Doing things like standard deviation can involve floating point processing, which is an area where FPGAs have traditionally been weak, although FPGA chip vendors like Altera have been doing a lot of work in their tool chain to support floating point development, using IEEE 754, the floating point format for math coprocessors.

 

However, according to Ron Huizen, Vice President of Technology at BittWare, a provider of FPGA computing systems, doing floating point designs in FPGAs can still be a time consuming development, which is why his firm has come up with an alternative approach.

 

“Floating point in FPGA can provide a tremendous amount of performance, but it is not that easy to do for complex algorithms”, states Huizen. “So we’ve invested in what we call a floating point co-processor for FPGA, the Anemone, which is actually a small, very low power, many-core, C-programmable processor designed to sit beside an FPGA so you can offload floating point to it and write C code to control it.  That way you can optimize the more straightforward parts of your algorithms in pure FPGA, and leave the complex parts, or those that change often, in C on the programmable co-processor”.

 

This differs from most other approaches, according to Huizen.

 

“Other people have gone down the route of having the programmable processor as the centre with the FPGA on the periphery, but because we work primarily in FPGA, we see it the other way around. We’ve deliberately made this co-processor small, low power and very high performance because we don’t care about all the other interfaces, that’s what the FPGA itself is for. If you look at a typical Texas Instruments co-processor, it’s a big, power-hungry chip that has PCIe, 10GbE and all these interfaces built in, whereas all we have is a very small chip with external ports that connect to the FPGA and then have 16 cores that just run flat-out.

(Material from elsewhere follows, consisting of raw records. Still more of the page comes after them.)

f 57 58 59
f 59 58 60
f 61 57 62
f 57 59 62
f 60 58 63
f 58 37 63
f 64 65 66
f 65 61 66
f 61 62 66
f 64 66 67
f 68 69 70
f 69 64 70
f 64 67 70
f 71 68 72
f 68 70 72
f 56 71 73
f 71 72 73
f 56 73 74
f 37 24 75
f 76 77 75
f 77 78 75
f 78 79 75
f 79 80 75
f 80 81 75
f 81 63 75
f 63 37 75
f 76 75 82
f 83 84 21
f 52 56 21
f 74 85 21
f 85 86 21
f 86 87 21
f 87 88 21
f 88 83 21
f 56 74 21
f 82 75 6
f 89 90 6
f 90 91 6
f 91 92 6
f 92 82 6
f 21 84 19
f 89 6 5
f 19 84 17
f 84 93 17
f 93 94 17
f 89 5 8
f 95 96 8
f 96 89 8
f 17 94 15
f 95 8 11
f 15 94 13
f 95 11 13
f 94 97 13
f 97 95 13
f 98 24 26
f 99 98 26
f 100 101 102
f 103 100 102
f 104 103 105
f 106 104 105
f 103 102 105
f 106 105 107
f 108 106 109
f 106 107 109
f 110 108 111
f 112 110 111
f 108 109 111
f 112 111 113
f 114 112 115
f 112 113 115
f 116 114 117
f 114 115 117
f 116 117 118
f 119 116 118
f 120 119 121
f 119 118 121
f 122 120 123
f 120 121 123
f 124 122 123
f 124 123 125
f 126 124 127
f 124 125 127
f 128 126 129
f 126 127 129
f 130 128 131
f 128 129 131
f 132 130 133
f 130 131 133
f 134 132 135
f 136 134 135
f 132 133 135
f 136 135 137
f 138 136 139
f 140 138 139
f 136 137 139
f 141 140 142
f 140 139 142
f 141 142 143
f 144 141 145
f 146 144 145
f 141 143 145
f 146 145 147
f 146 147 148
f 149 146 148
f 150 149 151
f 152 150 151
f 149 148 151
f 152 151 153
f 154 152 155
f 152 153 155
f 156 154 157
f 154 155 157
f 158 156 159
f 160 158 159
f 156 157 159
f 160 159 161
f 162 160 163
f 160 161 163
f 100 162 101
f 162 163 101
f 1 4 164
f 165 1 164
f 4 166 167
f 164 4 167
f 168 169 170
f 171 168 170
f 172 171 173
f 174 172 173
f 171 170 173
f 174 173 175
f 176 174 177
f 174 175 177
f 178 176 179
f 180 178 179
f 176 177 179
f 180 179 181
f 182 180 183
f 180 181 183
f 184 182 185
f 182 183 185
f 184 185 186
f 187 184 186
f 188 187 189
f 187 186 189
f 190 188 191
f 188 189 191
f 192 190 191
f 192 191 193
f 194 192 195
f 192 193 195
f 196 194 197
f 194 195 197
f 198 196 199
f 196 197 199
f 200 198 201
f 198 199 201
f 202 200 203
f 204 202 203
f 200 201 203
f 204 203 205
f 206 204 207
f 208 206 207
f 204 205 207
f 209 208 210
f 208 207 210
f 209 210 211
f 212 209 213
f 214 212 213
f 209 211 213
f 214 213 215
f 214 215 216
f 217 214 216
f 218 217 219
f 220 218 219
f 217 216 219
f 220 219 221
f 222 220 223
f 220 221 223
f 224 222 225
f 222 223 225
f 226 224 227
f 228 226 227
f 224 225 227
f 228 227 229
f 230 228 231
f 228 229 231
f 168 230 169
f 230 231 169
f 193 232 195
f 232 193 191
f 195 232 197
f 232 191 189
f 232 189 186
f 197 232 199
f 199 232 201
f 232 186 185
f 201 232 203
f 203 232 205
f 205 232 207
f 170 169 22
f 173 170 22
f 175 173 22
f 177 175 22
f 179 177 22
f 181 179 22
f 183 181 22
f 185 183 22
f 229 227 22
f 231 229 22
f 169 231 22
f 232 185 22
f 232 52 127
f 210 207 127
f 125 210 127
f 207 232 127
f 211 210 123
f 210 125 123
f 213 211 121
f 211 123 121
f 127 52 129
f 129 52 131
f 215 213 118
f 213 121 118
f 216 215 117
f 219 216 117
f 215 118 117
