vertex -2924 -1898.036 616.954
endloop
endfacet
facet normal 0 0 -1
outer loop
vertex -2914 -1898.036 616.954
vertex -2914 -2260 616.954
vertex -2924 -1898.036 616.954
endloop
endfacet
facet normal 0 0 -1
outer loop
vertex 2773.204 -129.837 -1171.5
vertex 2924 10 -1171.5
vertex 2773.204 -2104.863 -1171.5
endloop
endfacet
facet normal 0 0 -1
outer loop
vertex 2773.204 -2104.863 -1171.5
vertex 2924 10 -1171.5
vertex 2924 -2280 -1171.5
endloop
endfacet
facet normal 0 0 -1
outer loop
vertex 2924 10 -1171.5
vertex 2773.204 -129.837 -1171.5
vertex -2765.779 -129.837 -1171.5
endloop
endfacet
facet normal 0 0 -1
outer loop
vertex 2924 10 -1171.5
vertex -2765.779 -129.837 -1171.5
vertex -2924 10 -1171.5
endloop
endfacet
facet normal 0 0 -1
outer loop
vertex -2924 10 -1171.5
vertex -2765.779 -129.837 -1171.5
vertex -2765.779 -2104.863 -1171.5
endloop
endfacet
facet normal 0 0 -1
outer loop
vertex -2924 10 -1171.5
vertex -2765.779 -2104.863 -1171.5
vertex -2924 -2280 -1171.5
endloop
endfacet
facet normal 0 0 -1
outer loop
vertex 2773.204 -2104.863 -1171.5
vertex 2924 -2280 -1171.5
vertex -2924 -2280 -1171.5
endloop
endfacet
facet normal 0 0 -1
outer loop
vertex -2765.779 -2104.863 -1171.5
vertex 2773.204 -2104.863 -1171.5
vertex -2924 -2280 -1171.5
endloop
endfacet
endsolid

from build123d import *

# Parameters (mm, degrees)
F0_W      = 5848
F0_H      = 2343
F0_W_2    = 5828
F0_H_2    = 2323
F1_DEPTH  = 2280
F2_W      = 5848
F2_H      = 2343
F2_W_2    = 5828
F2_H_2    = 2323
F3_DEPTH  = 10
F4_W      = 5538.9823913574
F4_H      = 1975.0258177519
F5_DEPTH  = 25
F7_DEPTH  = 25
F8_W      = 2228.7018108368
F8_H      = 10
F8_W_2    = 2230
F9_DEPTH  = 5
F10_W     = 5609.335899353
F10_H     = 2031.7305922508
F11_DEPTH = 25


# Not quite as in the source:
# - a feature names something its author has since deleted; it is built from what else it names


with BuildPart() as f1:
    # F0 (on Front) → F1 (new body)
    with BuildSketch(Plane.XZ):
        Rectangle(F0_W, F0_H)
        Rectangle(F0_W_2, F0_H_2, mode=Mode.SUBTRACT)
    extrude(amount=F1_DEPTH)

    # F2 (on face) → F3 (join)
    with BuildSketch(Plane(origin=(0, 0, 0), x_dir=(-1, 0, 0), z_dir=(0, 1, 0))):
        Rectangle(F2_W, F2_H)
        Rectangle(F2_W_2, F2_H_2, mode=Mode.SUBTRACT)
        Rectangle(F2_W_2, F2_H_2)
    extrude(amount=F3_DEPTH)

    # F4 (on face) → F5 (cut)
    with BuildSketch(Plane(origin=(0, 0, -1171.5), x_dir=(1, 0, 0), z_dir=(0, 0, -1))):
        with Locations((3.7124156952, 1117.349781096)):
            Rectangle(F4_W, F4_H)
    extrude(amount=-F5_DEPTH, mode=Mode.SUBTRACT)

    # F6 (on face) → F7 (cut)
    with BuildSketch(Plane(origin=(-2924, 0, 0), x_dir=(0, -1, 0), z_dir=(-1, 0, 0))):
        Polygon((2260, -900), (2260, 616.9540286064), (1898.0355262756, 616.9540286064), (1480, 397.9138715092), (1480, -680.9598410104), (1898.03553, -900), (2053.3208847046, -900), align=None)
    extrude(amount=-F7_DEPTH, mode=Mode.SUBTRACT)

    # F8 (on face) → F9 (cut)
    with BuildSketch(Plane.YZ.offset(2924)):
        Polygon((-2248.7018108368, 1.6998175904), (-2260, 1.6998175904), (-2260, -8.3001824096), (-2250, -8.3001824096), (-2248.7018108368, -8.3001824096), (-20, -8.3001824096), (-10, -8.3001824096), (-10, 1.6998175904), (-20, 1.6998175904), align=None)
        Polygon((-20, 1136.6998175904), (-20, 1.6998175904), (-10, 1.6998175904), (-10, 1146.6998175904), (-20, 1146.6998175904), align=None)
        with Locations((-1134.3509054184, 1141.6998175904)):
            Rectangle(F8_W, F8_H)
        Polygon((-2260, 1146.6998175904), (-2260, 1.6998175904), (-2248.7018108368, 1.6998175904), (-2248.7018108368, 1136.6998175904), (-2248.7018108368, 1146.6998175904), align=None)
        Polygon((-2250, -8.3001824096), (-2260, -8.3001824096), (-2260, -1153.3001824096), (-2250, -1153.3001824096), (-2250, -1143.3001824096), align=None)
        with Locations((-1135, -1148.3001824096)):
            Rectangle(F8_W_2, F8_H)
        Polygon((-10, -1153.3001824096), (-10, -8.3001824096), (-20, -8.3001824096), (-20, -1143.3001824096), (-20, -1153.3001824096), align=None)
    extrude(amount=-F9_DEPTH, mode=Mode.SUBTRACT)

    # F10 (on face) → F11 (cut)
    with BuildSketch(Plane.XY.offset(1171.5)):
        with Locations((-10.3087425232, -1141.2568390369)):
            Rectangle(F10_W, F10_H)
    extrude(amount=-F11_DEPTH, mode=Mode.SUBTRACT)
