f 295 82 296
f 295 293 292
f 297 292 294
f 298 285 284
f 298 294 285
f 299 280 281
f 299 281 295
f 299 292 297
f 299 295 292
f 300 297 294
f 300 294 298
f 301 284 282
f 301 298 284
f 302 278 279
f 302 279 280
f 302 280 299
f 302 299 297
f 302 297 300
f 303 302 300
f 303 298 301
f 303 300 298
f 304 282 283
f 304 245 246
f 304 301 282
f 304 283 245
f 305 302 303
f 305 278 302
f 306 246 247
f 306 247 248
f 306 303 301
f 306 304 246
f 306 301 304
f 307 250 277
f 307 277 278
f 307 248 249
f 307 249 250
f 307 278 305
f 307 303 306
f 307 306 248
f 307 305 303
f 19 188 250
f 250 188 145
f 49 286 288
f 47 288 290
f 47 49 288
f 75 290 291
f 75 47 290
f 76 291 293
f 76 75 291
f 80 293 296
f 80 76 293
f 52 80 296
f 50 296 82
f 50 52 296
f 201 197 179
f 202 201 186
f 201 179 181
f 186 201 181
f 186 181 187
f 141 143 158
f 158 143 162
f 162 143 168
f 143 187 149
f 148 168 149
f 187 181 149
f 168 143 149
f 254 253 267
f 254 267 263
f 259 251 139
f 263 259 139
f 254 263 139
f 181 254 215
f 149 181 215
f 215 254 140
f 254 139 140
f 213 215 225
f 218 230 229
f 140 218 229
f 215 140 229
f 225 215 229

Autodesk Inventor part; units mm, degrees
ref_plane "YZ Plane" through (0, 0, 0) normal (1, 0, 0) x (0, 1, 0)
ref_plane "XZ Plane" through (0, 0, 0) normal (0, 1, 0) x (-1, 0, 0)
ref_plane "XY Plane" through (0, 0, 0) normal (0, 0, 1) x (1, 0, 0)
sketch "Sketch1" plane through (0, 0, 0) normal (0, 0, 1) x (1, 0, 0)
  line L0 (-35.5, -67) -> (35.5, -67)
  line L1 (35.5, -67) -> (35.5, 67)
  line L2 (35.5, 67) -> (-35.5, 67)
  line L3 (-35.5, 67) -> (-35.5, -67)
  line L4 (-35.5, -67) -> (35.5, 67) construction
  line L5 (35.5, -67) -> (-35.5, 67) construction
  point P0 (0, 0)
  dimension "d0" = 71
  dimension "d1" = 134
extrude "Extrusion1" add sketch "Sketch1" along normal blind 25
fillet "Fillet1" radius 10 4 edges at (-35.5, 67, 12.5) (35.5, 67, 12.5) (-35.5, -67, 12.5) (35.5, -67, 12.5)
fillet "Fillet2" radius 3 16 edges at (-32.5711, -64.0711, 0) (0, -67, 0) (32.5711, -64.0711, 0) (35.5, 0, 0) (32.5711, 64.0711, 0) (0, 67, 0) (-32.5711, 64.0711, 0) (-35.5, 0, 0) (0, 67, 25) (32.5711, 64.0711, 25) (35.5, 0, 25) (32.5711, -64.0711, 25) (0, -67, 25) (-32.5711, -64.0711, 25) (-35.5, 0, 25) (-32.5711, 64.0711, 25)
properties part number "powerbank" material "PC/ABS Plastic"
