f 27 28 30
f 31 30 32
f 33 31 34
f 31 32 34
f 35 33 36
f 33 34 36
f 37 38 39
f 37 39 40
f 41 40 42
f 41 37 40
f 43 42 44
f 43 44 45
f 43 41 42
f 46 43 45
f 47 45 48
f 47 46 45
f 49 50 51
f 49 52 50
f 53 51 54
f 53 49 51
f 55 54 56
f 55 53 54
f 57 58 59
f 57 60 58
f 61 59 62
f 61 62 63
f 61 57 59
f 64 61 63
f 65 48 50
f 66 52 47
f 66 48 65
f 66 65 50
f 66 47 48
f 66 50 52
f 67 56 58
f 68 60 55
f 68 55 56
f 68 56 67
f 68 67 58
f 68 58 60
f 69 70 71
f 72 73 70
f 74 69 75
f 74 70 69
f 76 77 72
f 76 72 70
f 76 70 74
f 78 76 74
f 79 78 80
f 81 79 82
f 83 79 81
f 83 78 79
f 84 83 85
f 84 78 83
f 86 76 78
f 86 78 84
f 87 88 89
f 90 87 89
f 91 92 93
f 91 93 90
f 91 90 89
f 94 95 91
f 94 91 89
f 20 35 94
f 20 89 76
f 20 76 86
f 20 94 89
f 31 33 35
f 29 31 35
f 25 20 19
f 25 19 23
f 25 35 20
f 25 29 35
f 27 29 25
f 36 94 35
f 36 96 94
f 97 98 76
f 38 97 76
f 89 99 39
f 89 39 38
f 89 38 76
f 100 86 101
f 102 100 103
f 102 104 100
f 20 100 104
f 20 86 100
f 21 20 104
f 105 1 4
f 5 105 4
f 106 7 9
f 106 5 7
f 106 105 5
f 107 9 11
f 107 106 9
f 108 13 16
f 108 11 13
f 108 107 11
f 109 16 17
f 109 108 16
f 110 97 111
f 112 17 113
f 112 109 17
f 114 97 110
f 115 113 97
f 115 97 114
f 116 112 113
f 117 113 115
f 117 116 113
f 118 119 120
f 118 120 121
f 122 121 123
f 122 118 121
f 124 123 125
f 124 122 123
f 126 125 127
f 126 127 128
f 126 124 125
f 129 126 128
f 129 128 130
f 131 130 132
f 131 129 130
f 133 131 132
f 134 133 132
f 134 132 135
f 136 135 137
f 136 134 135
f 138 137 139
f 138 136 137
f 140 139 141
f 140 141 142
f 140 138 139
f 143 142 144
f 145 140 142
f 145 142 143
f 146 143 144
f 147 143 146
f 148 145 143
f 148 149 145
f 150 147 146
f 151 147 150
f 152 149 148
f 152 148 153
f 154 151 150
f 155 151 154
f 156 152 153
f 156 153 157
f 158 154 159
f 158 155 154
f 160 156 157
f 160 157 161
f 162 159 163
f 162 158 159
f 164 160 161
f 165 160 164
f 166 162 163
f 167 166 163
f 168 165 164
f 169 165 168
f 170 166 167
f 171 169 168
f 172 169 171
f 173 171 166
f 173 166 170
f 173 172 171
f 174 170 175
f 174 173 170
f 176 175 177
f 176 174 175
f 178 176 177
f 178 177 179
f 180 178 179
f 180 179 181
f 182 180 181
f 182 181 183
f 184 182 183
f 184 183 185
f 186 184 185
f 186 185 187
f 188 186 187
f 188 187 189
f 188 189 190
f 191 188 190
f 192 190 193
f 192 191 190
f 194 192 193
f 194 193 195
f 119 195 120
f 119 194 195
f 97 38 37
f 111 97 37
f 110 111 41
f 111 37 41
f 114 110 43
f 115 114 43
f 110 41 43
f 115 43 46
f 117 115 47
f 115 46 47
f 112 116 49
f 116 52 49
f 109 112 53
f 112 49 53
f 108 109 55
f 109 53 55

So we get 24 gigaFLOPS in  under 1 watt of total core power.

 

“The guys who are doing the pure network interface stuff probably don’t care as much about floating point as the ones who are doing hardware acceleration and risk analysis”, suggests Huizen, “but for people trying to put their big algorithms on the FPGA, there are some things that are still hard to do in FPGA. So with this approach, where there’s a lot of decision-making going on or if there are things that change very often, they can put that into C code and run it in the Anemone co-processor instead.

 

“We’re seeing a lot of interest in this from people in the finance space, because it means they can do the decisions in the FPGA space instead of sending them up into the Intel CPU over the PCIe bus, where there’s latency and Linux has to deal with it. By having the Anemone processor sitting directly aside the FPGA, they can put some decision-making down there and have it close to the hardware but still write it in C code”, says Huizen, “They’ve recognized that the Anemone coprocessor is really 16 little RISC engines that can run any code, it doesn’t have to be floating point based.  So essentially you get to run 16 control threads in parallel with no context switching.”

 

There is no doubt as FPGA and other forms of hardware acceleration become more and more prevalent in trading architectures not just at the so-called high frequency trading shops but also across a much wider group of firms, vendors will come up with increasingly innovative solutions to service those firms.